***** Records supplied

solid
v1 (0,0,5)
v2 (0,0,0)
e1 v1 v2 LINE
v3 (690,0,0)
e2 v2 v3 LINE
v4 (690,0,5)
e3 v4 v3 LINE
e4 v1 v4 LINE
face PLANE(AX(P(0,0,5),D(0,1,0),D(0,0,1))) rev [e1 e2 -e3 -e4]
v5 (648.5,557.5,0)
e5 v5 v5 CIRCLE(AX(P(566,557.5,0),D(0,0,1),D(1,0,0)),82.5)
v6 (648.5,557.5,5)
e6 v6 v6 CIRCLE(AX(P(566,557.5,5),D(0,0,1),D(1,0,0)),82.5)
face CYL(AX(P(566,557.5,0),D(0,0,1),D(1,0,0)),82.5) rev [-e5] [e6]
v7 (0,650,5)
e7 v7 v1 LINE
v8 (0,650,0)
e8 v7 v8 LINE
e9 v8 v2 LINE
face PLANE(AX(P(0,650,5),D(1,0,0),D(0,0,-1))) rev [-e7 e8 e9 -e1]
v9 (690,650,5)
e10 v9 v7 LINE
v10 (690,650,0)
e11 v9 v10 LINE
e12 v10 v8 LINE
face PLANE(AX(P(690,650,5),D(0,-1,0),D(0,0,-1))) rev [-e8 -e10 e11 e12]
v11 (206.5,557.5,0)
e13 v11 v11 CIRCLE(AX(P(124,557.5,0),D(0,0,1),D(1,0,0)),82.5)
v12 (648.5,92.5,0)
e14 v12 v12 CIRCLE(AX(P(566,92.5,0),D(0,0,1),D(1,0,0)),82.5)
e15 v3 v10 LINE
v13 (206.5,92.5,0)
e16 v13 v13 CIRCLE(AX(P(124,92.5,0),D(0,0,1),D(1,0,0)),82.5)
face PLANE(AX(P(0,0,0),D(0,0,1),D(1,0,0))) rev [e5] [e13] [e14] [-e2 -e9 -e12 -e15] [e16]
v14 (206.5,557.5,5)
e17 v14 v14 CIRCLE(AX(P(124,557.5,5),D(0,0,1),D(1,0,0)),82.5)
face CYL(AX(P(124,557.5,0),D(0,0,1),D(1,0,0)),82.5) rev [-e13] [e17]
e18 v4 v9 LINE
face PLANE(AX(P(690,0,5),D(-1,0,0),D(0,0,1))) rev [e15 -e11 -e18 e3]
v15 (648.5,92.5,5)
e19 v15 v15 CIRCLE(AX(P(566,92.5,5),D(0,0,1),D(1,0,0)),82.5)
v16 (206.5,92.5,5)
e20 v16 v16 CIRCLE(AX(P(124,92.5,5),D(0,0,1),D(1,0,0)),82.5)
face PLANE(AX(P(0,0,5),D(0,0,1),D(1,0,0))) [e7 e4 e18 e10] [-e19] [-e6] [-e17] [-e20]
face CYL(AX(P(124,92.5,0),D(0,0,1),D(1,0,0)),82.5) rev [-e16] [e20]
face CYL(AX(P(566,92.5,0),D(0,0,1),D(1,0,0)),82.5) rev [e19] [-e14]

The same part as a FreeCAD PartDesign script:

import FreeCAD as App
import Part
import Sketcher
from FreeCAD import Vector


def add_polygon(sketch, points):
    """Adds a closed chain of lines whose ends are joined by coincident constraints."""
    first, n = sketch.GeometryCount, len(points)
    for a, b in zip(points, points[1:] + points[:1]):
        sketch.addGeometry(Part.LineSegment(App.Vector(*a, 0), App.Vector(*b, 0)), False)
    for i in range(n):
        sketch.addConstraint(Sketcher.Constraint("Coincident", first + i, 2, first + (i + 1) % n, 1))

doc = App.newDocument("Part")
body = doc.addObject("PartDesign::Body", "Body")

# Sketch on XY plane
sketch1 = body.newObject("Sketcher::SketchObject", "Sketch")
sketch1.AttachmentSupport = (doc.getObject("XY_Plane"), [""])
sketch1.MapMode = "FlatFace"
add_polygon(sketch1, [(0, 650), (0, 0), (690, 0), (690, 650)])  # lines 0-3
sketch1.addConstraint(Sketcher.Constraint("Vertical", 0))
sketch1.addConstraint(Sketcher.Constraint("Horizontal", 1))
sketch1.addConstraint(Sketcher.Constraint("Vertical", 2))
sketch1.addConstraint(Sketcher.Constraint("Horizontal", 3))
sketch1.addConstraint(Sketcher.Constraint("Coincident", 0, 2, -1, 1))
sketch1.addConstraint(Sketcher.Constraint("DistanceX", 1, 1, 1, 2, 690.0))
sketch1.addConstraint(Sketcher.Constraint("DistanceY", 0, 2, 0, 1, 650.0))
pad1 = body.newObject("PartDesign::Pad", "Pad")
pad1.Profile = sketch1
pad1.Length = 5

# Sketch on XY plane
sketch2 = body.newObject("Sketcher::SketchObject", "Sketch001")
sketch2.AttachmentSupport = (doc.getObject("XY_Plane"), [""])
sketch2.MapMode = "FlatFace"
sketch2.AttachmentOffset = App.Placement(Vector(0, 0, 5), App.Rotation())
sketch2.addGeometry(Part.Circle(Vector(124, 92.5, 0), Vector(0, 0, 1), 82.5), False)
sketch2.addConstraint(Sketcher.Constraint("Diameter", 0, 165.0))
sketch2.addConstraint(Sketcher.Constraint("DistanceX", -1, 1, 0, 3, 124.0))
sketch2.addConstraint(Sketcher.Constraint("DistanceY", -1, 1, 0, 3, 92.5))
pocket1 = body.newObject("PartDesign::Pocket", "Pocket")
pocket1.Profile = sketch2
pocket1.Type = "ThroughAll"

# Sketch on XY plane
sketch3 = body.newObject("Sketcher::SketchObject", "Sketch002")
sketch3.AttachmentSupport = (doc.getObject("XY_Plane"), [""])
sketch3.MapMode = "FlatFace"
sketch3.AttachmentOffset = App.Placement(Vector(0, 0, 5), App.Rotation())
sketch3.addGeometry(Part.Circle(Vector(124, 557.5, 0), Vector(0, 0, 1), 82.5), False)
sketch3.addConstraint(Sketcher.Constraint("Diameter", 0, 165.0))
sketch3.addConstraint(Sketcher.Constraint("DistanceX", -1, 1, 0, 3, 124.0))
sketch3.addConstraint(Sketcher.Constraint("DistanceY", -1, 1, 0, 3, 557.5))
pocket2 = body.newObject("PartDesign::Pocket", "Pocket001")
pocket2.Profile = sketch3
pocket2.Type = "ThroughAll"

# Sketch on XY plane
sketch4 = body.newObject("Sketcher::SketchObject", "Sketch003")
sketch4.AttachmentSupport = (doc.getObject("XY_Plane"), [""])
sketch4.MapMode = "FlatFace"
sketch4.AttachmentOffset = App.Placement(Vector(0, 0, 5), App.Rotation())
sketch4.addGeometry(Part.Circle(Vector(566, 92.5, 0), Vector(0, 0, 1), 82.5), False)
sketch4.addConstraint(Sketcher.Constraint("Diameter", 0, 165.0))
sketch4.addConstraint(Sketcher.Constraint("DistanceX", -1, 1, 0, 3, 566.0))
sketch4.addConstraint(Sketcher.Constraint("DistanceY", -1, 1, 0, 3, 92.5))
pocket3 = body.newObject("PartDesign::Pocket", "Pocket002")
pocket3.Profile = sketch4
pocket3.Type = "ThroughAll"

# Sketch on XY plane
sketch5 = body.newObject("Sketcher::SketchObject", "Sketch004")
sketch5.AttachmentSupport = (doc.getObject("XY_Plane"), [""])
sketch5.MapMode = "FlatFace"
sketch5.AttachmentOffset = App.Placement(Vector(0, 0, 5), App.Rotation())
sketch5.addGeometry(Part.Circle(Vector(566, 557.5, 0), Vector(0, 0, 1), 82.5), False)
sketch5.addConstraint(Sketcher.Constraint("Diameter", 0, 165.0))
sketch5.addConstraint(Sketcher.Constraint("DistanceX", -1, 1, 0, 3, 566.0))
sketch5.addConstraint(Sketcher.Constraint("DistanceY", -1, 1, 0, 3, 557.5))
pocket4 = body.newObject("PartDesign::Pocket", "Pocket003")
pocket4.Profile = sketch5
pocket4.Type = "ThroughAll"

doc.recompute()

**********
***** Records supplied

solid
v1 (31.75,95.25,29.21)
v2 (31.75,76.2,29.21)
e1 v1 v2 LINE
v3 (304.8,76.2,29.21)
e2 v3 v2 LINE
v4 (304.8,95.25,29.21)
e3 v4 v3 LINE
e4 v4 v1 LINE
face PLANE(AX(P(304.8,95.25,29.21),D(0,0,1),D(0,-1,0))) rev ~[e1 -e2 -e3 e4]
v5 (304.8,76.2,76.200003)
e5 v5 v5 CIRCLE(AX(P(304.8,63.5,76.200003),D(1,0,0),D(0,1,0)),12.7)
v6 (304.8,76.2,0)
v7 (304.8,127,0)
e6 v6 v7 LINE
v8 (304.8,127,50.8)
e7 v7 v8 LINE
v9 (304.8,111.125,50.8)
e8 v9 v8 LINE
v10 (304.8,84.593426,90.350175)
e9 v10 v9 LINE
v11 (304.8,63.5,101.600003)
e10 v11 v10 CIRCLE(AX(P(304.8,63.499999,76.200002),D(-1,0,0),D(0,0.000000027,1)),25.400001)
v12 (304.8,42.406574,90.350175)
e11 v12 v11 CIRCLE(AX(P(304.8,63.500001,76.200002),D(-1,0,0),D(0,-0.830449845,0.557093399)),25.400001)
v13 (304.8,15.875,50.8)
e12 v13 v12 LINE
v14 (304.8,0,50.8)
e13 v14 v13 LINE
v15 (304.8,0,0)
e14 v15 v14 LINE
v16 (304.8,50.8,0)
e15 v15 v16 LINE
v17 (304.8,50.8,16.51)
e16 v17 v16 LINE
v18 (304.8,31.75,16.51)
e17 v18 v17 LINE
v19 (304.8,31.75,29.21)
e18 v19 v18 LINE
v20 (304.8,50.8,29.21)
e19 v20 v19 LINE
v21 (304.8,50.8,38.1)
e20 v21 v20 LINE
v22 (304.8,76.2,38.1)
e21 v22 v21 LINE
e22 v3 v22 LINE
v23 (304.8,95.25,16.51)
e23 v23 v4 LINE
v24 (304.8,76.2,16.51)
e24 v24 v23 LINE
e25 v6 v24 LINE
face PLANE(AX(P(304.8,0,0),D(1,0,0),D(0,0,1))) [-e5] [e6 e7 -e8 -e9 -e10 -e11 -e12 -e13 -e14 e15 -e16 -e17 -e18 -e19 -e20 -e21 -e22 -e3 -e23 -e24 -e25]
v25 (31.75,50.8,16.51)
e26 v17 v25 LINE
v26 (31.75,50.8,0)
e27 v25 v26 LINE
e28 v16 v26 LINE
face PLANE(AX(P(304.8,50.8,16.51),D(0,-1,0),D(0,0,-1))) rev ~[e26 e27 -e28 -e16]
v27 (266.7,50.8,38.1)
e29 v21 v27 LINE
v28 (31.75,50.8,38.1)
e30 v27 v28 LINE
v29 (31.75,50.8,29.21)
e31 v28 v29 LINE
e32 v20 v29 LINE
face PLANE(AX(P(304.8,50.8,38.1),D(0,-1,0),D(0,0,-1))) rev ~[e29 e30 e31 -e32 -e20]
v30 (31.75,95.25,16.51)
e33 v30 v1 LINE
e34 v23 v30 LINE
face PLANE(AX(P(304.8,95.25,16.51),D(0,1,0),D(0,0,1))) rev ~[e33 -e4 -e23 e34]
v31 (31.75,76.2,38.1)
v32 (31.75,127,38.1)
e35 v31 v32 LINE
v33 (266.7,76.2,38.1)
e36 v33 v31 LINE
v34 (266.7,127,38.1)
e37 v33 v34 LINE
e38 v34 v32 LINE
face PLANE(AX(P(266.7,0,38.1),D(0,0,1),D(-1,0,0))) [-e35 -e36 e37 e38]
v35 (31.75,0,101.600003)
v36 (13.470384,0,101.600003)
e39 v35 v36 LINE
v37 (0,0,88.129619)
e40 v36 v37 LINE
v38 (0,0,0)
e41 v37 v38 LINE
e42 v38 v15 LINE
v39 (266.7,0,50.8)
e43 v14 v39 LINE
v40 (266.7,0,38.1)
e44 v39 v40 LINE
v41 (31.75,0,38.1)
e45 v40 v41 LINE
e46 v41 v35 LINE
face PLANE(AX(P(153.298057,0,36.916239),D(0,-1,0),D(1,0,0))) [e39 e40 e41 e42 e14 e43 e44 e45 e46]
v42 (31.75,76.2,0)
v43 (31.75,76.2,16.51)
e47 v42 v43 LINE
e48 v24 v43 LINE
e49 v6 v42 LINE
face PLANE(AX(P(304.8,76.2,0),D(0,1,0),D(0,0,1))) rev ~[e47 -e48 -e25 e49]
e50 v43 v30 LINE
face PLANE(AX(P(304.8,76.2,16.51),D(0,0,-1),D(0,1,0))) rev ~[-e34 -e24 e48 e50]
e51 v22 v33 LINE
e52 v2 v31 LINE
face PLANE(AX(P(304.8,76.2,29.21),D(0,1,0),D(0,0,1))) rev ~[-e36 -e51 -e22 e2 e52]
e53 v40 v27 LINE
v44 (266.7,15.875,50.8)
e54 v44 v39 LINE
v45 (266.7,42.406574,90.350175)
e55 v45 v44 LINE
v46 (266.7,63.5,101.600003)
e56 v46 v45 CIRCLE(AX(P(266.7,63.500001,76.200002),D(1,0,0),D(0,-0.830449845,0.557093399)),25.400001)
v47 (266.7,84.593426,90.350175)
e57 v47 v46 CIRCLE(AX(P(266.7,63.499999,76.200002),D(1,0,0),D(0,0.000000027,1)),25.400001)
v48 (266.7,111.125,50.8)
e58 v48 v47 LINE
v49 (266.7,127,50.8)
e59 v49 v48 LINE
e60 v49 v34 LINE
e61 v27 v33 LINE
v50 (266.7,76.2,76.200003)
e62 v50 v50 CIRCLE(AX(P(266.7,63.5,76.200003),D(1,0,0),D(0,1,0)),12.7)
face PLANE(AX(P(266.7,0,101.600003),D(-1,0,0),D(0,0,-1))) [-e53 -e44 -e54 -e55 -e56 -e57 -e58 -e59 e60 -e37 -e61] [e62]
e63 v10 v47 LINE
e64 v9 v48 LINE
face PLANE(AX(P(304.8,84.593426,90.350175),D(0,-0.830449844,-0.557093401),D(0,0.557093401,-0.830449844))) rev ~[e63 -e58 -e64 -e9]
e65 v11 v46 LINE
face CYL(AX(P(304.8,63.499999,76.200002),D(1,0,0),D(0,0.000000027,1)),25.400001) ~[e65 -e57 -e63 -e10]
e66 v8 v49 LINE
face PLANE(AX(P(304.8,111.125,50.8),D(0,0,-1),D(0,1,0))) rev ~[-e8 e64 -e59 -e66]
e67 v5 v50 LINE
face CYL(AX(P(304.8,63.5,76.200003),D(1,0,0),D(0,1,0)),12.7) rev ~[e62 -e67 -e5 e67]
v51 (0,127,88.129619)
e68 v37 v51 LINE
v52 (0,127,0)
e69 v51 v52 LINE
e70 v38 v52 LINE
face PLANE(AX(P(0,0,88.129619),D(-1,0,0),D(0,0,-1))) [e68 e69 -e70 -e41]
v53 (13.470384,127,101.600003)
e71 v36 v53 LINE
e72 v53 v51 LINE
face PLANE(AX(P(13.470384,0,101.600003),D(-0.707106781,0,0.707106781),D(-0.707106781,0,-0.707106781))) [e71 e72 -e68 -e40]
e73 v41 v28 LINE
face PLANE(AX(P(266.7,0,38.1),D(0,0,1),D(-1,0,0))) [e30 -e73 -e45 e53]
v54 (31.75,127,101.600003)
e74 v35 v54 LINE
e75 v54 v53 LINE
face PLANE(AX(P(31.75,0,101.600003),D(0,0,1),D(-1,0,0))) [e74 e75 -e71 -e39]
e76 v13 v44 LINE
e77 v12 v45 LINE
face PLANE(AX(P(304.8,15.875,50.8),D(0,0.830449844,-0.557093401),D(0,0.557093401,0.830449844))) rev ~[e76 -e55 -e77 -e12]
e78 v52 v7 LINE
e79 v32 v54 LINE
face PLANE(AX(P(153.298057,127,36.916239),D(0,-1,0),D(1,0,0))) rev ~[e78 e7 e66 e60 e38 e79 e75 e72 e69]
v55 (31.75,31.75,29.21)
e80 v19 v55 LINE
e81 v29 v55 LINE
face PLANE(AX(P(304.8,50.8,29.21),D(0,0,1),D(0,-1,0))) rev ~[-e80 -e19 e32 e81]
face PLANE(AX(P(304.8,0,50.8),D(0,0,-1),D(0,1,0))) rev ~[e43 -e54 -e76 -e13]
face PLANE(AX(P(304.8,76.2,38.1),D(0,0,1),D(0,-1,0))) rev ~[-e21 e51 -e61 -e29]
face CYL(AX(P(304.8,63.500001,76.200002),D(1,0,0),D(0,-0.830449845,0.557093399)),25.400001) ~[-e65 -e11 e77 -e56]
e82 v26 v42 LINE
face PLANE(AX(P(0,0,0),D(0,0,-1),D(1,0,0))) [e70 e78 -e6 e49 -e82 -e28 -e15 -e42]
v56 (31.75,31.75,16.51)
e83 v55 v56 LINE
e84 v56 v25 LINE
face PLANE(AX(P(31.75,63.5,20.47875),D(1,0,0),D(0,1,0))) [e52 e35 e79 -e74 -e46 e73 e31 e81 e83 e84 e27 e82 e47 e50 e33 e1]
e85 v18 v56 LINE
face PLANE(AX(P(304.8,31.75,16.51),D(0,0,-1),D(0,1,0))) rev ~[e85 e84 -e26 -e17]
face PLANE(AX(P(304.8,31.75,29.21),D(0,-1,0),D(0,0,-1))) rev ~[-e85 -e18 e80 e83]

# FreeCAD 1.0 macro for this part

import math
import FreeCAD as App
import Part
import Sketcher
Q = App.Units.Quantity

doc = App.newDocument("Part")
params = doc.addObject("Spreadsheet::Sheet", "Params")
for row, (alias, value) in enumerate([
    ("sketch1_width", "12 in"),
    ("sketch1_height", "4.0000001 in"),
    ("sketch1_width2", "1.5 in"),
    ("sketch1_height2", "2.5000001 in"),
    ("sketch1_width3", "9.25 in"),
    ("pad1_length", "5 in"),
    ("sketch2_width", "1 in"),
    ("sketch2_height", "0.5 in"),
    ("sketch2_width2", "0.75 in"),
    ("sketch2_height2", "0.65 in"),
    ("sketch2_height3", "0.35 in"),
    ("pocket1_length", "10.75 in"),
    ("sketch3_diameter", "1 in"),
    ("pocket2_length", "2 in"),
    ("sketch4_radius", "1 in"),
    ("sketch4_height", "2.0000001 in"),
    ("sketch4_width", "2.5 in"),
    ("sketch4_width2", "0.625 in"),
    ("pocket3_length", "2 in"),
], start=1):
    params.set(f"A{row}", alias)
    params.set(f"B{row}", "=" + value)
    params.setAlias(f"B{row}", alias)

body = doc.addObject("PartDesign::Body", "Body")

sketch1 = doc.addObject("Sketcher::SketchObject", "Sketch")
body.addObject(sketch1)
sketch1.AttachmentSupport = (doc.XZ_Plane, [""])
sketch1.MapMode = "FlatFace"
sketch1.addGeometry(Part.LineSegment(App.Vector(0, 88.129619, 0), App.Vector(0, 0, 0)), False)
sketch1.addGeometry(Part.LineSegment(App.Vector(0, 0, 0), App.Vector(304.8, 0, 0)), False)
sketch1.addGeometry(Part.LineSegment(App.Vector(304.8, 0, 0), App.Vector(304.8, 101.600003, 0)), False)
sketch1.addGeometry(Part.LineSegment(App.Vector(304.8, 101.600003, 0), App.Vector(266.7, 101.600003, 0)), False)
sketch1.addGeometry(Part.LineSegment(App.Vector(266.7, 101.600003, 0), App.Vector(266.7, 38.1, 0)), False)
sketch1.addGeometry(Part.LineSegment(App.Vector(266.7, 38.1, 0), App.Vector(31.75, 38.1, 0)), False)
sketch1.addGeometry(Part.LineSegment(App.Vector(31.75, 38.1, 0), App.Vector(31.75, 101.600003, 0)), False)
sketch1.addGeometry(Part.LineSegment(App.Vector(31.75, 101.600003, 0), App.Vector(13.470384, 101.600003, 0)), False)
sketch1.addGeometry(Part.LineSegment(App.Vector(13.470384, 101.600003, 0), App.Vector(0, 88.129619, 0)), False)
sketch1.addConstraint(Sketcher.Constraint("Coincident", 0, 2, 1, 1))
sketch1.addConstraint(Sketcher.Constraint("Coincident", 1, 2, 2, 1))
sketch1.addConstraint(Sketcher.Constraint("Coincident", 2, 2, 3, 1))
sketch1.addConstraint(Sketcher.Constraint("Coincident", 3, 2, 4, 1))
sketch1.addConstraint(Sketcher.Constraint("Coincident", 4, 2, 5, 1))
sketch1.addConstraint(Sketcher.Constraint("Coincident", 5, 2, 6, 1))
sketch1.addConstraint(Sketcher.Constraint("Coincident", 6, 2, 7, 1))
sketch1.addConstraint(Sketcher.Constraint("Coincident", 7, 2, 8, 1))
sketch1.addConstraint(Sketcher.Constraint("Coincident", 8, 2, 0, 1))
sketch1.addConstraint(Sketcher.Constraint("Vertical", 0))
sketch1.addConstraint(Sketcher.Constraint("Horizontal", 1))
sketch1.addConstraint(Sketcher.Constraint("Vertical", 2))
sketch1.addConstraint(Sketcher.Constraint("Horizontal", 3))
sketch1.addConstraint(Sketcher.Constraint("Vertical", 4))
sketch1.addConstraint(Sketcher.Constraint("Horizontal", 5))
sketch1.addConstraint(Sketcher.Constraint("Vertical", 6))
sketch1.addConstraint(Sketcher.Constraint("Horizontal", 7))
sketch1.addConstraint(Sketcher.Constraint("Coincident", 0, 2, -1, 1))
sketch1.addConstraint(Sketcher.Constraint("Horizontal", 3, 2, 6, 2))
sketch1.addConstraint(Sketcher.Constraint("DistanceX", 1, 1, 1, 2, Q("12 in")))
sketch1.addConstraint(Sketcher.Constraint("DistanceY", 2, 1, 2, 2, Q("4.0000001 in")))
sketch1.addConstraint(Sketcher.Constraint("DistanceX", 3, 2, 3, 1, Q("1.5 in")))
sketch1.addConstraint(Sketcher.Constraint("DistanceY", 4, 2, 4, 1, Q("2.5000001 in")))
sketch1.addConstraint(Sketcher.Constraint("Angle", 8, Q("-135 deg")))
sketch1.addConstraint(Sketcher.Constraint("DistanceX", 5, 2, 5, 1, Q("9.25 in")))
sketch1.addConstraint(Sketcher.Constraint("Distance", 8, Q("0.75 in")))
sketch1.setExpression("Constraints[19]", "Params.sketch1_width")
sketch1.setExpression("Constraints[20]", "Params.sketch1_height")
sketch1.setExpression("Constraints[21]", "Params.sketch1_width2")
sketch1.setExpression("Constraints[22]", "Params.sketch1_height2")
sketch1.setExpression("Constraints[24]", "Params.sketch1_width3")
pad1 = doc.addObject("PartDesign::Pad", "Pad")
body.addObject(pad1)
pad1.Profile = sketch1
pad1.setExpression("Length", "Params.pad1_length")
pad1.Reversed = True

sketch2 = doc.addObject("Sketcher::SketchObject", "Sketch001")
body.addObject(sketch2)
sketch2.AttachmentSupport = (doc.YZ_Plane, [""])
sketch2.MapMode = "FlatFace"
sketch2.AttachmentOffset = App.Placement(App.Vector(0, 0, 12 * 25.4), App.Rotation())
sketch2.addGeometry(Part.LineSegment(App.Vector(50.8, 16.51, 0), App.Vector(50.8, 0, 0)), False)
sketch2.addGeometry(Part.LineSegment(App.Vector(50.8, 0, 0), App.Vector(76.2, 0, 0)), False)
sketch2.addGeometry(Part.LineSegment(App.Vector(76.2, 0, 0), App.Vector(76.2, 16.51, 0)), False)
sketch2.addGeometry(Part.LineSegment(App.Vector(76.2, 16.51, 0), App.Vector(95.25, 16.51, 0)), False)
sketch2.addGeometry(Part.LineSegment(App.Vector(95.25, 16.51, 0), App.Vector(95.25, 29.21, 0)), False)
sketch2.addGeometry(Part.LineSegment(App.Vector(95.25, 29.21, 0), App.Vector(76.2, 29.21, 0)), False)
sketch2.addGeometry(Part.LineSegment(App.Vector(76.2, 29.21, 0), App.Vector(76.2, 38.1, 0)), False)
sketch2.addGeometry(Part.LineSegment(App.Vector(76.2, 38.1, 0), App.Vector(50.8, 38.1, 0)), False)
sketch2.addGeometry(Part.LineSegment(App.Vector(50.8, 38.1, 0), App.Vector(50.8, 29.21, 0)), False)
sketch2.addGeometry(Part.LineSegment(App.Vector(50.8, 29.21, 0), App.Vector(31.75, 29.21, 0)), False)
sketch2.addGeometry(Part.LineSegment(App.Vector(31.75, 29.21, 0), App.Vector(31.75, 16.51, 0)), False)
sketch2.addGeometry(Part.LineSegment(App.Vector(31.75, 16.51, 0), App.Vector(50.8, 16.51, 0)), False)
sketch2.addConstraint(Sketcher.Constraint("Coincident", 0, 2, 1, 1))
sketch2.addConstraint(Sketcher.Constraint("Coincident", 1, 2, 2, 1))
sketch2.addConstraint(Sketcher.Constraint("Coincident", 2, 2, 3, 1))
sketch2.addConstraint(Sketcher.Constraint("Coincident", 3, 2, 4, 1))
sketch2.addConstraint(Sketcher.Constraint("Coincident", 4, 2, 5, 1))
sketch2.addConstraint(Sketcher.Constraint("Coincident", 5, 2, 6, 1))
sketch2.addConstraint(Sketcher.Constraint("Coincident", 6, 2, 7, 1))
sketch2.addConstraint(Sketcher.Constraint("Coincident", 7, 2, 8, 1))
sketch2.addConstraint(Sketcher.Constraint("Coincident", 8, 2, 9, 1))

**********

• The task: Could you set down, word for word, only the lines above from the line with "e66 v8 v49 LINE" to the line with "e84 v56 v25 LINE", including both?

• Solution to the problem:
e66 v8 v49 LINE
face PLANE(AX(P(304.8,111.125,50.8),D(0,0,-1),D(0,1,0))) rev ~[-e8 e64 -e59 -e66]
e67 v5 v50 LINE
face CYL(AX(P(304.8,63.5,76.200003),D(1,0,0),D(0,1,0)),12.7) rev ~[e62 -e67 -e5 e67]
v51 (0,127,88.129619)
e68 v37 v51 LINE
v52 (0,127,0)
e69 v51 v52 LINE
e70 v38 v52 LINE
face PLANE(AX(P(0,0,88.129619),D(-1,0,0),D(0,0,-1))) [e68 e69 -e70 -e41]
v53 (13.470384,127,101.600003)
e71 v36 v53 LINE
e72 v53 v51 LINE
face PLANE(AX(P(13.470384,0,101.600003),D(-0.707106781,0,0.707106781),D(-0.707106781,0,-0.707106781))) [e71 e72 -e68 -e40]
e73 v41 v28 LINE
face PLANE(AX(P(266.7,0,38.1),D(0,0,1),D(-1,0,0))) [e30 -e73 -e45 e53]
v54 (31.75,127,101.600003)
e74 v35 v54 LINE
e75 v54 v53 LINE
face PLANE(AX(P(31.75,0,101.600003),D(0,0,1),D(-1,0,0))) [e74 e75 -e71 -e39]
e76 v13 v44 LINE
e77 v12 v45 LINE
face PLANE(AX(P(304.8,15.875,50.8),D(0,0.830449844,-0.557093401),D(0,0.557093401,0.830449844))) rev ~[e76 -e55 -e77 -e12]
e78 v52 v7 LINE
e79 v32 v54 LINE
face PLANE(AX(P(153.298057,127,36.916239),D(0,-1,0),D(1,0,0))) rev ~[e78 e7 e66 e60 e38 e79 e75 e72 e69]
v55 (31.75,31.75,29.21)
e80 v19 v55 LINE
e81 v29 v55 LINE
face PLANE(AX(P(304.8,50.8,29.21),D(0,0,1),D(0,-1,0))) rev ~[-e80 -e19 e32 e81]
face PLANE(AX(P(304.8,0,50.8),D(0,0,-1),D(0,1,0))) rev ~[e43 -e54 -e76 -e13]
face PLANE(AX(P(304.8,76.2,38.1),D(0,0,1),D(0,-1,0))) rev ~[-e21 e51 -e61 -e29]
face CYL(AX(P(304.8,63.500001,76.200002),D(1,0,0),D(0,-0.830449845,0.557093399)),25.400001) ~[-e65 -e11 e77 -e56]
e82 v26 v42 LINE
face PLANE(AX(P(0,0,0),D(0,0,-1),D(1,0,0))) [e70 e78 -e6 e49 -e82 -e28 -e15 -e42]
v56 (31.75,31.75,16.51)
e83 v55 v56 LINE
e84 v56 v25 LINE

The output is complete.